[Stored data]
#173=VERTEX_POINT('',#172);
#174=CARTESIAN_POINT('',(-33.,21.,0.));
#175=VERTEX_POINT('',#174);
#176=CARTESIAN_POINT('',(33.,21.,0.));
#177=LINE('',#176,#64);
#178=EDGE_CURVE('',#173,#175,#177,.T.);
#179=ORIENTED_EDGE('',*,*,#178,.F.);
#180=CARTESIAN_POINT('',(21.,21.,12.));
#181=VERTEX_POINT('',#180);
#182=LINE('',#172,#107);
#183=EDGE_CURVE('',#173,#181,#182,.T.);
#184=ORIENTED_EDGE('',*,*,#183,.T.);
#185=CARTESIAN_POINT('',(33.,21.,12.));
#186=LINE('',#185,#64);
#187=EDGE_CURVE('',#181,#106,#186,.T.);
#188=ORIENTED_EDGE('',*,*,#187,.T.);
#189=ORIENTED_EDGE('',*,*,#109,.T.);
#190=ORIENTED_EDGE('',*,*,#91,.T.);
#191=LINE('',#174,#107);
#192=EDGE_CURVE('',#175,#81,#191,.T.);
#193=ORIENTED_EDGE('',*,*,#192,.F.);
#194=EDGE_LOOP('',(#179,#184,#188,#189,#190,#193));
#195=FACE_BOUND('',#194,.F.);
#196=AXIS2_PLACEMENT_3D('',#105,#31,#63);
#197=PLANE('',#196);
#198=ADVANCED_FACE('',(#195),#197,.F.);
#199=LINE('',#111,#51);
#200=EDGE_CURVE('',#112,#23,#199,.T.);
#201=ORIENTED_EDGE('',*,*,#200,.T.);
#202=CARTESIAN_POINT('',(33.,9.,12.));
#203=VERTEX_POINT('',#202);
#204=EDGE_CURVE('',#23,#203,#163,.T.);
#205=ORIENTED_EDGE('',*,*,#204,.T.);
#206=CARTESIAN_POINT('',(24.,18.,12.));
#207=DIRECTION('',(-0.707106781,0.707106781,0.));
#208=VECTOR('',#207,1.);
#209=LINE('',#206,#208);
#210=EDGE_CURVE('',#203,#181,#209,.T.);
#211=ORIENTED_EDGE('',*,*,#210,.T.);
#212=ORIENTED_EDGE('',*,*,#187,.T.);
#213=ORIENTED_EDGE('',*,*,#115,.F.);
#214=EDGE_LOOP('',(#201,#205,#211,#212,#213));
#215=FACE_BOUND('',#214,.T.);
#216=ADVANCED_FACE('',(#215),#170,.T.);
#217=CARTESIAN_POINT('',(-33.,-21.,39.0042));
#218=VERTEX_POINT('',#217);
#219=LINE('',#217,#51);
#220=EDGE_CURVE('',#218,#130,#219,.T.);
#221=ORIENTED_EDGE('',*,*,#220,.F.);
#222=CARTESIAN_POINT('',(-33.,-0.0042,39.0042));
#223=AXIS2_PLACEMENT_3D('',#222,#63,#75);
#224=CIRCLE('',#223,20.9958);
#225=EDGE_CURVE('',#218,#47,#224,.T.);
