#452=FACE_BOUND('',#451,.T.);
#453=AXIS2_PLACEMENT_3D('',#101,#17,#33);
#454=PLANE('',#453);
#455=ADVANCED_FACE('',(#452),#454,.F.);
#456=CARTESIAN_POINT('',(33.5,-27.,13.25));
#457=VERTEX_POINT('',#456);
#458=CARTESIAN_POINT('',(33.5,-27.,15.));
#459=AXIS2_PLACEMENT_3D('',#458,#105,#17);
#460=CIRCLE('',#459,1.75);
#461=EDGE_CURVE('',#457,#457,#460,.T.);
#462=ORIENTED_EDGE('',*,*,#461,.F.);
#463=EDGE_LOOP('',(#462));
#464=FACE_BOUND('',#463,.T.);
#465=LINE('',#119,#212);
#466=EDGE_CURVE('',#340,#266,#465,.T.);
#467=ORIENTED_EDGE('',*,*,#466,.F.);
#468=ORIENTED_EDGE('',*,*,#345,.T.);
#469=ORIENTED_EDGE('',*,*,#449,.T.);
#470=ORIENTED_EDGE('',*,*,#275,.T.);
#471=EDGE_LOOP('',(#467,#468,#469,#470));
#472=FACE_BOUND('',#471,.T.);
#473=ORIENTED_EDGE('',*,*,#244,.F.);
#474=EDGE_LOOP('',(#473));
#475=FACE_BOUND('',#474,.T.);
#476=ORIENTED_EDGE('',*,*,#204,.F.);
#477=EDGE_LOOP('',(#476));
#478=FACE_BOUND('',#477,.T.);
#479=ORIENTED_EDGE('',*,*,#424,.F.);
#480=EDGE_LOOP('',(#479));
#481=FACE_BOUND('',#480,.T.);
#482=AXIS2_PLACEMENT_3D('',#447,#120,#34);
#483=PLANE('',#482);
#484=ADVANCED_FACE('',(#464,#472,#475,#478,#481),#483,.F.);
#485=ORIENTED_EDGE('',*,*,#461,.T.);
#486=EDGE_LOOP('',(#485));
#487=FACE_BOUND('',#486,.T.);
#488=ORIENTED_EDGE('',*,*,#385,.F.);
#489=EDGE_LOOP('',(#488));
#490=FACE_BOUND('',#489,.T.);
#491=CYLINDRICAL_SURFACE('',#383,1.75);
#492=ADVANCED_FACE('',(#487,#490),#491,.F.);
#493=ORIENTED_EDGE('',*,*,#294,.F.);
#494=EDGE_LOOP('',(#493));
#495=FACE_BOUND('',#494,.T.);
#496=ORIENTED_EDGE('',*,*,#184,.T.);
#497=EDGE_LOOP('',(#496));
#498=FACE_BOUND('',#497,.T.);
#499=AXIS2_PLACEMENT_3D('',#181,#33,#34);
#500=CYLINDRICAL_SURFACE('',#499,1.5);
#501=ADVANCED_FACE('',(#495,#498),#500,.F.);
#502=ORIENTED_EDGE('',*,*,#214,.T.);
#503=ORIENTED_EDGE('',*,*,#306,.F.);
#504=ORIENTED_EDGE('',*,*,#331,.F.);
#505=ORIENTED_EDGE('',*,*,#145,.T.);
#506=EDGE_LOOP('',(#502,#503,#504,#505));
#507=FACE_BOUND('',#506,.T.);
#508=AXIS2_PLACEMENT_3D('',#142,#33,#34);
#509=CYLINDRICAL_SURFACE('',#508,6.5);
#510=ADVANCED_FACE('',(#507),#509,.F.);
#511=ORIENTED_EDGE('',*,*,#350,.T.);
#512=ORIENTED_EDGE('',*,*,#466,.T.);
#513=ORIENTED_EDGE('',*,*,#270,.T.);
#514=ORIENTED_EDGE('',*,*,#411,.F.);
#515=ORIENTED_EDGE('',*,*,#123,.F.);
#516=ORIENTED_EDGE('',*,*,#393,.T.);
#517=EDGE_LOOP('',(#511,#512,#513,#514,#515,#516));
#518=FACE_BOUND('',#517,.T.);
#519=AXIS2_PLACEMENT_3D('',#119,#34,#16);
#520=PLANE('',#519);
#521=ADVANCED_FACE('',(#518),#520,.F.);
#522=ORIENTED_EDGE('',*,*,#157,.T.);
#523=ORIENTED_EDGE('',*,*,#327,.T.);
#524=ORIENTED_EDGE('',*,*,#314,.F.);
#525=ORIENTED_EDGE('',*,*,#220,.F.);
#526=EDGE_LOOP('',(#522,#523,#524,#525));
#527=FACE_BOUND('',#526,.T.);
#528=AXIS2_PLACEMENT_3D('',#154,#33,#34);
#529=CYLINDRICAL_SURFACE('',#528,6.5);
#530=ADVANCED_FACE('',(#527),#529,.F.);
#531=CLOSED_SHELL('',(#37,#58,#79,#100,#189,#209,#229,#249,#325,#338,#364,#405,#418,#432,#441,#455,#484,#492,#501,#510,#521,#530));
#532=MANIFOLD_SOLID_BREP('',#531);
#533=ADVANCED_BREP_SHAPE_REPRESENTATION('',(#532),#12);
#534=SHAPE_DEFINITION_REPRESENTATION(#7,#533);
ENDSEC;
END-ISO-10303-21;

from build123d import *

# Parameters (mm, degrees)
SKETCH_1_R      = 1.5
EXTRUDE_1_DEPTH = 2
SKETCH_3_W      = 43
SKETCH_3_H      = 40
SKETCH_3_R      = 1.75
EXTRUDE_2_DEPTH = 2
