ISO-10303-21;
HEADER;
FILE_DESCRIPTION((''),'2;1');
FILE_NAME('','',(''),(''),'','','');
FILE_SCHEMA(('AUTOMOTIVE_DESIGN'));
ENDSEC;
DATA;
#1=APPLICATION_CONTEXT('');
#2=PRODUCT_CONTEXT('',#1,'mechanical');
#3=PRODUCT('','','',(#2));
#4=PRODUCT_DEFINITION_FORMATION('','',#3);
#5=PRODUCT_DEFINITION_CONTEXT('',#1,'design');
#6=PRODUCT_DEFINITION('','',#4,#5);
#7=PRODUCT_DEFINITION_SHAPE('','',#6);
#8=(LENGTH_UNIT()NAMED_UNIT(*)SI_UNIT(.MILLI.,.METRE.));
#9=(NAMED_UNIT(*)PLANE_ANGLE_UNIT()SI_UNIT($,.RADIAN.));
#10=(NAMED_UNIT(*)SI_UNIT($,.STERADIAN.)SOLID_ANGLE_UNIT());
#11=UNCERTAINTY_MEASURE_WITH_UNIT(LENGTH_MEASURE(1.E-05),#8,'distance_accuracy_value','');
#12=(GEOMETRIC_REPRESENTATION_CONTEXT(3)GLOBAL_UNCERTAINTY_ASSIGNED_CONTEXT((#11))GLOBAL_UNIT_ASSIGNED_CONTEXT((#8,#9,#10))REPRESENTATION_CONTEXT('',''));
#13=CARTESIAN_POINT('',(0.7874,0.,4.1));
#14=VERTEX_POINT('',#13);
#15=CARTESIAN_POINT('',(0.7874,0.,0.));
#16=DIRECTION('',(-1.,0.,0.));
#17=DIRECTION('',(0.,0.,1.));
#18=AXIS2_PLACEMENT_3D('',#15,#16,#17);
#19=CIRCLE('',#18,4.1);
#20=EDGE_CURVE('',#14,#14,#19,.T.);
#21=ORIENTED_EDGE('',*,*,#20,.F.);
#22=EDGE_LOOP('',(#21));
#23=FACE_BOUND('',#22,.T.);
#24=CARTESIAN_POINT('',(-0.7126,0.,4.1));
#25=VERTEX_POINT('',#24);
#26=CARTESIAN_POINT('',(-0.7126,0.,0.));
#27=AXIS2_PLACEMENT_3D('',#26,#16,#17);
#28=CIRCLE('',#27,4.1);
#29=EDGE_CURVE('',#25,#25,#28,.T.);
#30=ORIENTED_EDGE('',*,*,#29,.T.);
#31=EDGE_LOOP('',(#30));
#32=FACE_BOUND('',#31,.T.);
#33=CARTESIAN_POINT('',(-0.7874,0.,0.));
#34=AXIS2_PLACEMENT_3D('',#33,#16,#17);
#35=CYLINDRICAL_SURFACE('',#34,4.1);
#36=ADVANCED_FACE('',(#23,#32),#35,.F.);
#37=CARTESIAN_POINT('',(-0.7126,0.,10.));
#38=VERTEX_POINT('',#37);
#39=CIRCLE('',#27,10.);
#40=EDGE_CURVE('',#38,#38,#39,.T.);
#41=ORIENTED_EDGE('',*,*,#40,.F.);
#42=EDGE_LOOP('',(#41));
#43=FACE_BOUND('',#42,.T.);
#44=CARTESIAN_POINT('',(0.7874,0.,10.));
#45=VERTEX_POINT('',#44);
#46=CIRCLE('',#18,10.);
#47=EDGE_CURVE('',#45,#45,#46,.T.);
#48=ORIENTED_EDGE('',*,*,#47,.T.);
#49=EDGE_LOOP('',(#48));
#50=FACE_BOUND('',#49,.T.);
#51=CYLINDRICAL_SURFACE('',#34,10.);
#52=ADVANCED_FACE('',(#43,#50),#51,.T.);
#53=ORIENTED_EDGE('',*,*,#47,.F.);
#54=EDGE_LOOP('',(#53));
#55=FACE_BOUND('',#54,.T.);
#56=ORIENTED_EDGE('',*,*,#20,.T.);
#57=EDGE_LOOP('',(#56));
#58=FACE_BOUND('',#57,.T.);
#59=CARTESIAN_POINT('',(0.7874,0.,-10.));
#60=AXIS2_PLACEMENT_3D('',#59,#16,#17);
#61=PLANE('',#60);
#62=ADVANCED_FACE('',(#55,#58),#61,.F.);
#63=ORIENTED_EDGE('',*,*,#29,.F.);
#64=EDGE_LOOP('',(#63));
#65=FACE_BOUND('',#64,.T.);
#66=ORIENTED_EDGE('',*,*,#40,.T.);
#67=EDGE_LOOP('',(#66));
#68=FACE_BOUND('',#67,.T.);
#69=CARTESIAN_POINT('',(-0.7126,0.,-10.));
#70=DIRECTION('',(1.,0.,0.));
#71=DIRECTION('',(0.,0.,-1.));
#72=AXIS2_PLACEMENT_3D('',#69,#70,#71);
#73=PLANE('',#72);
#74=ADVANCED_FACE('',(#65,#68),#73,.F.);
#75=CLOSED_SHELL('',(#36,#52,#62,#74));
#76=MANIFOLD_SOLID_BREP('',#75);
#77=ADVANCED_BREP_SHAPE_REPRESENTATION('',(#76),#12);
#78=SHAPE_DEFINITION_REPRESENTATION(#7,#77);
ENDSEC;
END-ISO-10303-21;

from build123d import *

# Parameters (mm, degrees)
SKETCH1_W = 1.5
SKETCH1_H = 5.9


with BuildPart() as part:
    # Sketch1 → Revolve1 (revolve)
    with BuildSketch(Plane(origin=(0, 0, 0), x_dir=(1, 0, 0), z_dir=(0, 1, 0)), mode=Mode.PRIVATE) as revolve1_sk:
        with Locations((0.0374, 7.05)):
            Rectangle(SKETCH1_W, SKETCH1_H)
    revolve(revolve1_sk.sketch.rotate(Axis((-0.7874, 0, 0), (1, 0, 0)), 180), axis=Axis((-0.7874, 0, 0), (1, 0, 0)))


solid = part.part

#### HOW TO COMPLETE THIS TASK:
Working from the entries above, filter out every line that lacks "DIRECTION" and copy what remains.

#### COMPLETED TASK:
#207=DIRECTION('',(-0.707106781,0.707106781,0.));
#16=DIRECTION('',(-1.,0.,0.));
#17=DIRECTION('',(0.,0.,1.));
#70=DIRECTION('',(1.,0.,0.));
#71=DIRECTION('',(0.,0.,-1.));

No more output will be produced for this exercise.